Christine Wiedinmyer: National Center for Atmospheric Research, Boulder, Colorado, USA;

Patrick Veres: Chemical Sciences Division, Earth System Research Laboratory, NOAA, Boulder, Colorado, USA, and Department of Chemistry and Biochemistry, University of Colorado Boulder, Boulder, Colorado, USA, and Max Planck Institute for Chemistry, Mainz, Germany;

Trevor C. VandenBoer: Department of Chemistry, University of Toronto, Toronto, Ontario, Canada.


6. Asteroid strikes cause the Moon's surface to smooth

The lunar surface is marred by impact craters, remnants of the collisions that have occurred over the past 4.5 billion years. The Orientale basin, the Moon's most recently formed sizeable crater, stands out from the rest. The crater, which lies along the southwestern boundary between the near and far sides of the moon, appears as a dark spot ringed by concentric circles of ejecta that reach more than 900 kilometers (560 miles) from the impact location. Though other craters have similar rings, the lunar surface surrounding the Orientale basin is unusually rough with reduced concavity. The anomalous features were identified by Kreslavsky and Head after they produced a map of the lunar surface topographic roughness using observations from the Lunar Orbiter Laser Altimeter aboard the Lunar Reconnaissance Orbiter.

The fact that other craters-even those of similar size and age-lack similar features suggests to the authors that mechanisms such as weathering or gravitational settling cannot explain the anomaly. Instead, the authors suggest that the Orientale basin, which formed about 3.8 billion years ago, stands out simply because it is the youngest large crater. They propose that whenever a large body slams into the Moon, seismic waves produced during the impact travel through the solid lunar material, inducing seismic shaking that causes landslides and surface settling. They estimate that the impactor would need to be at least 100 km (62 mi) across to cause sizeable seismic shaking. Unfortunately, the authors may need to wait more than a little while to conclusively test their hypothesis-until the Moon is next rocked by a massive asteroid, an event not expected to occur in the foreseeable future.
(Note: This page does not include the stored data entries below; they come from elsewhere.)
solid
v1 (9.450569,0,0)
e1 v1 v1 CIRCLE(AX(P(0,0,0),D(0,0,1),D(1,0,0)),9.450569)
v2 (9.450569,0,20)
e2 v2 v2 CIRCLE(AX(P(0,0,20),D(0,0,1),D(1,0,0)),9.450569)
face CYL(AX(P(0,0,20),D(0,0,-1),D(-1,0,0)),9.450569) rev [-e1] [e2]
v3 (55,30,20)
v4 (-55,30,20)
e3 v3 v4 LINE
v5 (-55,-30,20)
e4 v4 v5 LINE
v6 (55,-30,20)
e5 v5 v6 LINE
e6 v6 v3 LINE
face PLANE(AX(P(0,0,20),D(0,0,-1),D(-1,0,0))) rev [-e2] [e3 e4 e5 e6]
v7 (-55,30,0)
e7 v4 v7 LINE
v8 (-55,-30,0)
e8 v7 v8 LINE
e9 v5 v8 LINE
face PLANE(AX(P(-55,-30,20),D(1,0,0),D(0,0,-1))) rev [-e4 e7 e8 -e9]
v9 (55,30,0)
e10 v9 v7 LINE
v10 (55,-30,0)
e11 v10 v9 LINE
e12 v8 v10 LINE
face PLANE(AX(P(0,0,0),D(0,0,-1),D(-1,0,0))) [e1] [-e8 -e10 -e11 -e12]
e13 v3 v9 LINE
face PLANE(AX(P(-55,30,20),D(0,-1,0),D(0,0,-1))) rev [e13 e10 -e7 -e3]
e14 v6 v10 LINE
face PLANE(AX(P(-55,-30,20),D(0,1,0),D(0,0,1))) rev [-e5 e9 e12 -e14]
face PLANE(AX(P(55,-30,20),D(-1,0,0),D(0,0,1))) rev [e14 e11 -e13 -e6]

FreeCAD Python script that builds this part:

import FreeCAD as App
import Part
import Sketcher

V = App.Vector
Q = App.Units.Quantity


def add_polygon(sketch, points):
    """Adds a closed chain of lines whose ends are joined by coincident constraints."""
    first, n = sketch.GeometryCount, len(points)
    for a, b in zip(points, points[1:] + points[:1]):
        sketch.addGeometry(Part.LineSegment(App.Vector(*a, 0), App.Vector(*b, 0)), False)
    for i in range(n):
        sketch.addConstraint(Sketcher.Constraint("Coincident", first + i, 2, first + (i + 1) % n, 1))

doc = App.newDocument("Part")
params = doc.addObject("Spreadsheet::Sheet", "Params")
for row, (alias, value) in enumerate([
    ("sketch1_width", "110 mm"),
    ("sketch1_height", "60 mm"),
    ("pad1_length", "20 mm"),
], start=1):
    params.set(f"A{row}", alias)
    params.set(f"B{row}", "=" + value)
    params.setAlias(f"B{row}", alias)

body = doc.addObject("PartDesign::Body", "Body")

sketch1 = body.newObject("Sketcher::SketchObject", "Sketch")
sketch1.AttachmentSupport = (doc.getObject("XY_Plane"), [""])
sketch1.MapMode = "FlatFace"
add_polygon(sketch1, [(-55, 30), (-55, -30), (55, -30), (55, 30)])
sketch1.addGeometry(Part.Circle(V(0, 0, 0), V(0, 0, 1), 9), False)
sketch1.addConstraint(Sketcher.Constraint("Vertical", 0))
sketch1.addConstraint(Sketcher.Constraint("Horizontal", 1))
sketch1.addConstraint(Sketcher.Constraint("Vertical", 2))
sketch1.addConstraint(Sketcher.Constraint("Horizontal", 3))
sketch1.addConstraint(Sketcher.Constraint("Coincident", 4, 3, -1, 1))
sketch1.addConstraint(Sketcher.Constraint("Symmetric", 0, 2, 2, 2, -1, 1))
sketch1.addConstraint(Sketcher.Constraint("DistanceX", 1, 1, 1, 2, Q("110 mm")))
sketch1.addConstraint(Sketcher.Constraint("DistanceY", 0, 2, 0, 1, Q("60 mm")))
sketch1.addConstraint(Sketcher.Constraint("Diameter", 4, Q("18.901137 mm")))
sketch1.setExpression("Constraints[10]", "Params.sketch1_width")
sketch1.setExpression("Constraints[11]", "Params.sketch1_height")
pad1 = body.newObject("PartDesign::Pad", "Pad")
pad1.Profile = sketch1
pad1.setExpression("Length", "Params.pad1_length")

doc.recompute()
Source: Journal of Geophysical Research-Planets, doi:10.1029/2011JE003975, 2012 http://dx.doi.org/10.1029/2011JE003975

Title: New observational evidence of global seismic effects of basin-forming impacts on the Moon from Lunar Reconnaissance Orbiter Lunar Orbiter Laser Altimeter data

Authors: M. A. Kreslavsky: Department of Earth and Planetary Sciences, University of California-Santa Cruz, Santa Cruz, California, USA;

J. W. Head: Department of Geological Sciences, Brown University, Providence, Rhode Island, USA.